Outreach programme gets Hackney students into Oxford

Pic: Nataraj Metz

Five students from the Raising Aspirations programme in Hackney have received conditional offers from Oxford University.

Asta Diabate, Mahmoud Ally, Le My Dang, Saorise Purtill-Coaxall and Jake Morgan-Stead all participated in an academic outreach programme based out of BSix Brooke House Sixth Form College.

Whilst several hundred students from the area took part, only 60 students had the opportunity to pair with an Oxbridge college.

Dr Peter Claus, Access Fellow and Senior Research Fellow in History at Pembroke College, Oxford, who has led the Oxford branch of the project since 2007, explained that this was the first year the scheme has been open to students across the entire borough.

Claus said: “The spike this year reflects the talent in all Hackney schools and colleges and the commitment of both Pembroke and Oxford to find and nurture that talent.”

According to Oxford University statistics, six students from state schools in Hackney, out of the 212 state school students from Greater London, were accepted for entry to Oxford in 2012.

Ed Durbin is the coordinator for Raising Aspirations at BSix. He said that in the past the programme has, on average, sent one student to an Oxford college a year but that this is the first time they have seen “multiple successes”.

“It is unsurprising that students who take the programme seriously find themselves well prepared for application to the country’s top universities.”

In July 2011, Hackney was named one of the 10 lowest percentage areas accepted to Oxbridge schools by the Sutton Trust.

The five Hackney students came from four schools: BSix, Clapton Girl’s Academy, Jack Petchey Academy, and Stoke Newington Sixth Form.

The Degrees of Success statistics put out by the Trust reports: “State pupils in Reading, Hammersmith and Fulham, Sutton and Buckinghamshire are more than 50 times as likely to be accepted at Oxford or Cambridge than pupils in Hackney”.

When asked about efforts Oxford was making to reach out to students in East London, a spokesperson for the university responded: “Oxford is committed to working closely with schools and colleges to ensure everyone with the ability and potential to succeed here aims high and considers applying, particularly those students with the ability and potential to succeed who might need extra encouragement to push themselves to aim for the top.”

Ken Warman, Principal at BSix, stressed the significance of these recent university offers: “It sends out a message to all young people in East London and the inner-city in general. It is possible to aim for the very best and achieve it. They will open the doors for so many more if they study hard and flourish academically at Oxford.”
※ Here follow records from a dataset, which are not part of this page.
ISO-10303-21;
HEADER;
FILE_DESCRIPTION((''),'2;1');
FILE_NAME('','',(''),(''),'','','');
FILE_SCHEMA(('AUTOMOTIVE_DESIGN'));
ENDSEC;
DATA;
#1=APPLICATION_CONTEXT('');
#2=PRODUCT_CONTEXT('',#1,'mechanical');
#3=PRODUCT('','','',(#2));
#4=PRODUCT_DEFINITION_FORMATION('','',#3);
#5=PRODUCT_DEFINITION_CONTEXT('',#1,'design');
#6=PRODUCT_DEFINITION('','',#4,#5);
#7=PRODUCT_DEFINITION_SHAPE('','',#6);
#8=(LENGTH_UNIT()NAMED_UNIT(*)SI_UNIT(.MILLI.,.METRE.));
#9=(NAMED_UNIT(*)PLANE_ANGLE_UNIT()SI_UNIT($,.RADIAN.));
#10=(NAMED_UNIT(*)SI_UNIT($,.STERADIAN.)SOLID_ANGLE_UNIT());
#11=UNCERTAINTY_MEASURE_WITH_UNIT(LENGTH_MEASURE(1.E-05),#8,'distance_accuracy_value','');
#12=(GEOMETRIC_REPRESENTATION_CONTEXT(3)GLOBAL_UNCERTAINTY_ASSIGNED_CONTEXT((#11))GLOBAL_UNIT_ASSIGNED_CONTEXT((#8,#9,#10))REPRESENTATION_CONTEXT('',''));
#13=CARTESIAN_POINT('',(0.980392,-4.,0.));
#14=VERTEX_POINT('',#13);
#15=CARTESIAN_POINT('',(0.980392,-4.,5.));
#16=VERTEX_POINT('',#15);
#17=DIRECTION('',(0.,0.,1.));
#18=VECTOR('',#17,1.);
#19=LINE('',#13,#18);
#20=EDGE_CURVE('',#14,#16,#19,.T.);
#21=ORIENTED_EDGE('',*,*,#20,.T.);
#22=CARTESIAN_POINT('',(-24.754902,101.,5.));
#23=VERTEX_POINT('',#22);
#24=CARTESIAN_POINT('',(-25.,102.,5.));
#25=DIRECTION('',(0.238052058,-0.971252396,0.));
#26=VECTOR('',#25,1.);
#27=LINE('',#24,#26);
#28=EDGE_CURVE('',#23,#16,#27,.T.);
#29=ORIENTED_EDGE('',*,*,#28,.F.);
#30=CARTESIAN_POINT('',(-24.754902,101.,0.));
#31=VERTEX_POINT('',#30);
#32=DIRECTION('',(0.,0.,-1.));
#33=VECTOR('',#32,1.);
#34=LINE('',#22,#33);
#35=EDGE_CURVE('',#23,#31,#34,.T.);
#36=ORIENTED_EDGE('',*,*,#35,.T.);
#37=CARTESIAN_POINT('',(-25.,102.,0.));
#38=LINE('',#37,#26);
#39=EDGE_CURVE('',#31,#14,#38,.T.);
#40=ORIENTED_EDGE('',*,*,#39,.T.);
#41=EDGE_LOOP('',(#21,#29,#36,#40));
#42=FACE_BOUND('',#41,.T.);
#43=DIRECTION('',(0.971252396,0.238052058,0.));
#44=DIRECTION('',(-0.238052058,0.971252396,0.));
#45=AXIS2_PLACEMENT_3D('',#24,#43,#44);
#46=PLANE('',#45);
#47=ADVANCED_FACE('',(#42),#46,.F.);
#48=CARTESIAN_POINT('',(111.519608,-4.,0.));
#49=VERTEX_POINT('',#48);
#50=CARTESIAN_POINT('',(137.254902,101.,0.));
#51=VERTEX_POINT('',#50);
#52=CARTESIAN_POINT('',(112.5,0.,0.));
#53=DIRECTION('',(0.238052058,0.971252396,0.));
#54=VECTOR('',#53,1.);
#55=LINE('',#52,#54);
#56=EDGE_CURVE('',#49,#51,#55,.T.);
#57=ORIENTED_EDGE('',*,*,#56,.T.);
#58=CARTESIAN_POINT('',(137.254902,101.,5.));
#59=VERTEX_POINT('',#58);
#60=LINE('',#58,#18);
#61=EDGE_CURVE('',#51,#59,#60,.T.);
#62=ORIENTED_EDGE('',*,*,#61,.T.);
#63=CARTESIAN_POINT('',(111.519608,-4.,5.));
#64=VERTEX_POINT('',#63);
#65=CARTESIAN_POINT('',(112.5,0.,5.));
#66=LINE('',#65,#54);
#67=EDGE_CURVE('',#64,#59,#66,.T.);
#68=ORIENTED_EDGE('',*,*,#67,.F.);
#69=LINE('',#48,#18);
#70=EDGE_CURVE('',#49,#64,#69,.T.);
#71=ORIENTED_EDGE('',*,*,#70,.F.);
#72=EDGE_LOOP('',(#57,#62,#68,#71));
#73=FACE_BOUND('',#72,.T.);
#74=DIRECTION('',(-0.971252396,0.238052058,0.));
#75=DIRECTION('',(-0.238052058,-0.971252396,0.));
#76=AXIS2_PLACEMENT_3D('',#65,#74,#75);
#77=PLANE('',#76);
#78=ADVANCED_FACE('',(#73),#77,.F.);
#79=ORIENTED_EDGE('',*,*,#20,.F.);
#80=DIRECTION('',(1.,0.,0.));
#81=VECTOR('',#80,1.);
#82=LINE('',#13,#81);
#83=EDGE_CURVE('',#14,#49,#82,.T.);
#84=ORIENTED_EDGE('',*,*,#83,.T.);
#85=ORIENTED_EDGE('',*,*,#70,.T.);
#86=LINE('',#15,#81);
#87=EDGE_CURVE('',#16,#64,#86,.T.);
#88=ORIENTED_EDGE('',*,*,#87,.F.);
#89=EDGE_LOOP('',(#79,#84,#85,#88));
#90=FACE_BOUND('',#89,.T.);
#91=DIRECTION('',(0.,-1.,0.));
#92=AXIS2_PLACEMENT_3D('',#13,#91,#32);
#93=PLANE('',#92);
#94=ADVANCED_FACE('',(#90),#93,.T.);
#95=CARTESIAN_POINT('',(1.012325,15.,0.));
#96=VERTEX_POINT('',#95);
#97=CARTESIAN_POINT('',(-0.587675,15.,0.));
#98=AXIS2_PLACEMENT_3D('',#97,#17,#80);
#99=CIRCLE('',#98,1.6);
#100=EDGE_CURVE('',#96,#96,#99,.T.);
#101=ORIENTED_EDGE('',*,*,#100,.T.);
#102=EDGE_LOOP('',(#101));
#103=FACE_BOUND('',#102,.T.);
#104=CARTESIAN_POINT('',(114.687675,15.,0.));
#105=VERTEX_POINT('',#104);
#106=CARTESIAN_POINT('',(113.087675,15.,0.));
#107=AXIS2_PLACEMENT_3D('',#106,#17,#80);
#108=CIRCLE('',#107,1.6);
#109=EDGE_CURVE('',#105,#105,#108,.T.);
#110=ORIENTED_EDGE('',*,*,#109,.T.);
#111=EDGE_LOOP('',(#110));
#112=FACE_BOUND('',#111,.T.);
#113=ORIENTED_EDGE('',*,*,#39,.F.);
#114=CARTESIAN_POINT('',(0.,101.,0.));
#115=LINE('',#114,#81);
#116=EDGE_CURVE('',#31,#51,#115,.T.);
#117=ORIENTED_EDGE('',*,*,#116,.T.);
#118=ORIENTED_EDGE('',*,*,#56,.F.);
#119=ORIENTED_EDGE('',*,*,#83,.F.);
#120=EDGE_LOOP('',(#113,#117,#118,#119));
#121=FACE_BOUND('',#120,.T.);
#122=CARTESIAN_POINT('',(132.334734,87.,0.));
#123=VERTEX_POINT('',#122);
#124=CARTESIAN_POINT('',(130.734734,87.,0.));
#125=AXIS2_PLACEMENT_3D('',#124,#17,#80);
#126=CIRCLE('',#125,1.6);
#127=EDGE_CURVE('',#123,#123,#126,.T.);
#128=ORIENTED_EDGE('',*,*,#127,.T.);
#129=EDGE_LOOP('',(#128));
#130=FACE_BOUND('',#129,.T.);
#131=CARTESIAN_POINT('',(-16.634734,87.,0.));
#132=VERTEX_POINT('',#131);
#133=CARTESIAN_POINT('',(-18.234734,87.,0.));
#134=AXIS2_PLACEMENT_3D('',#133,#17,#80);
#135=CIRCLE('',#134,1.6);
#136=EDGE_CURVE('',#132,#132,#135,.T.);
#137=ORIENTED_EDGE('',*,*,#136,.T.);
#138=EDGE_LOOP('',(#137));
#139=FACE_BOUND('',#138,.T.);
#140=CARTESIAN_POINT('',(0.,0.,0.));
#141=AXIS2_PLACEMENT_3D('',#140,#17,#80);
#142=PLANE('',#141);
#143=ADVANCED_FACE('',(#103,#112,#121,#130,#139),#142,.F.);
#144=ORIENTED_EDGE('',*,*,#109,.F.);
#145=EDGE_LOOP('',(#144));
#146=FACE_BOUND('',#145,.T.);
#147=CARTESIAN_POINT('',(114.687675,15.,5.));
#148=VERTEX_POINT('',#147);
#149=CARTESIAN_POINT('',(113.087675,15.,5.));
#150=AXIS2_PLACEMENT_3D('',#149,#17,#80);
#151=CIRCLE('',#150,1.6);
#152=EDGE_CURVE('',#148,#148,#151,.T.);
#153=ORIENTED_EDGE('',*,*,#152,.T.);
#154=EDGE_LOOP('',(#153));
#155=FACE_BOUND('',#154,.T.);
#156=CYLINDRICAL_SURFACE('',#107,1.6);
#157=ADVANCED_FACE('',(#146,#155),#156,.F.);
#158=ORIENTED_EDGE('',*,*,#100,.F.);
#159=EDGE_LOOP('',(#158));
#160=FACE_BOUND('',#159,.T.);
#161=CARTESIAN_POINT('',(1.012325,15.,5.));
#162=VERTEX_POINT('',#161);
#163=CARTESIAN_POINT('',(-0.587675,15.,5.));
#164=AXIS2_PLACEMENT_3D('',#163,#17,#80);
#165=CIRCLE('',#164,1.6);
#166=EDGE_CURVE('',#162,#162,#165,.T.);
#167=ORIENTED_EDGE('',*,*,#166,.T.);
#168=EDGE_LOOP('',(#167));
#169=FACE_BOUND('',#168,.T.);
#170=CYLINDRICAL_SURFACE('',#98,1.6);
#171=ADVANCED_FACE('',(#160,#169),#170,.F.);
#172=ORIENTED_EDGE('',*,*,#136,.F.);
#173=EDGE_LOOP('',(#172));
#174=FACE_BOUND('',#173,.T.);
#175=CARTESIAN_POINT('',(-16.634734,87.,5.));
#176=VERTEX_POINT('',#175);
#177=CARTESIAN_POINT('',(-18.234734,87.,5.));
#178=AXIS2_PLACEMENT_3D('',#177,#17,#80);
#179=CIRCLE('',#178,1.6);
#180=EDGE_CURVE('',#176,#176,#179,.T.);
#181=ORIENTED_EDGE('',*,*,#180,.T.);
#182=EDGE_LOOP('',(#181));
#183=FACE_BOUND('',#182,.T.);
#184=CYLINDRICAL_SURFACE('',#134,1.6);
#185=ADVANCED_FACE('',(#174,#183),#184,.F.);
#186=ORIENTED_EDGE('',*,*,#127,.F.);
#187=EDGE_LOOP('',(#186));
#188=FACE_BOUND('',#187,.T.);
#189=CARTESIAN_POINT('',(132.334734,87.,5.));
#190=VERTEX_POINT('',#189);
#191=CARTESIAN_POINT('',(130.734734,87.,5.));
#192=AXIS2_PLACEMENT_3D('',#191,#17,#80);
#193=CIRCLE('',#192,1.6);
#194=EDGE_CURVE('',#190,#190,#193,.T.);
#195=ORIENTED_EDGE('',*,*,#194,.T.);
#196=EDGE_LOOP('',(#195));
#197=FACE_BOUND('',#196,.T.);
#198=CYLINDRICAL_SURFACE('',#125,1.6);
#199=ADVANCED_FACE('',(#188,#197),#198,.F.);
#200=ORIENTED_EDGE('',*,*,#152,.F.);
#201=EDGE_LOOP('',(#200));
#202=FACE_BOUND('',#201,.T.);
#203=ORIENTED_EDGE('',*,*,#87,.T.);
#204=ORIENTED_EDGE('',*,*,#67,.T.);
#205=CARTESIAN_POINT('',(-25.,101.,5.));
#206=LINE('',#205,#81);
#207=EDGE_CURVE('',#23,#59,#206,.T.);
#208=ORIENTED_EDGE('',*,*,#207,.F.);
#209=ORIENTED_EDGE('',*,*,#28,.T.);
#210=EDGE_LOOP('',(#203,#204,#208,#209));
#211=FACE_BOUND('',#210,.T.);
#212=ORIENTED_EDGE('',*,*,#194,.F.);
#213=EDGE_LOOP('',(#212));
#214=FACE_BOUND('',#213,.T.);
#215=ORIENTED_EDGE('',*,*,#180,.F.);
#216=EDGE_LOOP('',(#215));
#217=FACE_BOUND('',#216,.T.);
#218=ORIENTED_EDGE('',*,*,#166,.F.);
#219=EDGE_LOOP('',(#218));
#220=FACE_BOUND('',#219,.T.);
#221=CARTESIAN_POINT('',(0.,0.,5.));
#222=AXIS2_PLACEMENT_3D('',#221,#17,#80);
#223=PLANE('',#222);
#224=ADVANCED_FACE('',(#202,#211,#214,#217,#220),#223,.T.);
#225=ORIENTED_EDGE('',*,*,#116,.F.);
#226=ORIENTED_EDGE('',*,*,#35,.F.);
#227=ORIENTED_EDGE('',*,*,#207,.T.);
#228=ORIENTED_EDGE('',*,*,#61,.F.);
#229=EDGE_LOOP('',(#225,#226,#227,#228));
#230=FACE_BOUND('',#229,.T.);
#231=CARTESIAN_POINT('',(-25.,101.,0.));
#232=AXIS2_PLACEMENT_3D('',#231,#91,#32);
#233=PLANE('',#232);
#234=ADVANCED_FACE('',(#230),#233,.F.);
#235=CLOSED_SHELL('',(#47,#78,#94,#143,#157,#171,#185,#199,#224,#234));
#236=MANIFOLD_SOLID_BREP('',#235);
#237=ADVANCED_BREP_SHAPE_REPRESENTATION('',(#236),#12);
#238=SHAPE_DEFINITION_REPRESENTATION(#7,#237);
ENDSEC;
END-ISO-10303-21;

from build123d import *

# Parameters (mm, degrees)
EXTRUDE_2_DEPTH     = 5
SKETCH_3_R          = 1.6
CUT_EXTRUDE_1_DEPTH = 172.275363085
SKETCH_4_W          = 164.707045146
SKETCH_4_H          = 1
CUT_EXTRUDE_2_DEPTH = 172.275363085
EXTRUDE_3_DEPTH     = 5


with BuildPart() as part:
    # 草图2 → 凸台-拉伸2 (new body)
    with BuildSketch(Plane.XY):
        Polygon((0, 0), (112.5, 0), (137.5, 102), (-25, 102), align=None)
    extrude(amount=EXTRUDE_2_DEPTH)

    # 草图3 → 切除-拉伸1 (cut, through all)
    with BuildSketch(Plane.XY.offset(5)):
        with Locations((-18.234733944, 87)):
            Circle(SKETCH_3_R)
        with Locations((113.087675121, 15)):
            Circle(SKETCH_3_R)
        with Locations((-0.587675121, 15)):
            Circle(SKETCH_3_R)
        with Locations((130.734733944, 87)):
            Circle(SKETCH_3_R)
    extrude(amount=-CUT_EXTRUDE_1_DEPTH, mode=Mode.SUBTRACT)

    # 草图4 → 切除-拉伸2 (cut, through all)
    with BuildSketch(Plane.XY.offset(5)):
        with Locations((57.353522573, 101.5)):
            Rectangle(SKETCH_4_W, SKETCH_4_H)
    extrude(amount=-CUT_EXTRUDE_2_DEPTH, mode=Mode.SUBTRACT)

    # 草图5 → 凸台-拉伸3 (add)
    with BuildSketch(Plane.XY.offset(5)):
        Polygon((0, 0), (0.980392157, -4), (111.519607843, -4), (112.5, 0), align=None)
    extrude(amount=-EXTRUDE_3_DEPTH)


solid = part.part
But not everyone agrees with the effectiveness of Raising Aspirations programmes. In April 2012, the Joseph Rowntree Foundation released three reports challenging these types of programmes as the best ways to improve “the educational attainment gap”. The foundation’s reports  promote “engaging parents in their children’s learning” as a viable alternative.

Pembroke College extended their outreach programme this year to include South Cheshire and Manchester, considering its scheme to have been a “successful” model. The five students from Hackney are due to start at Oxford on completion of their A Levels this year.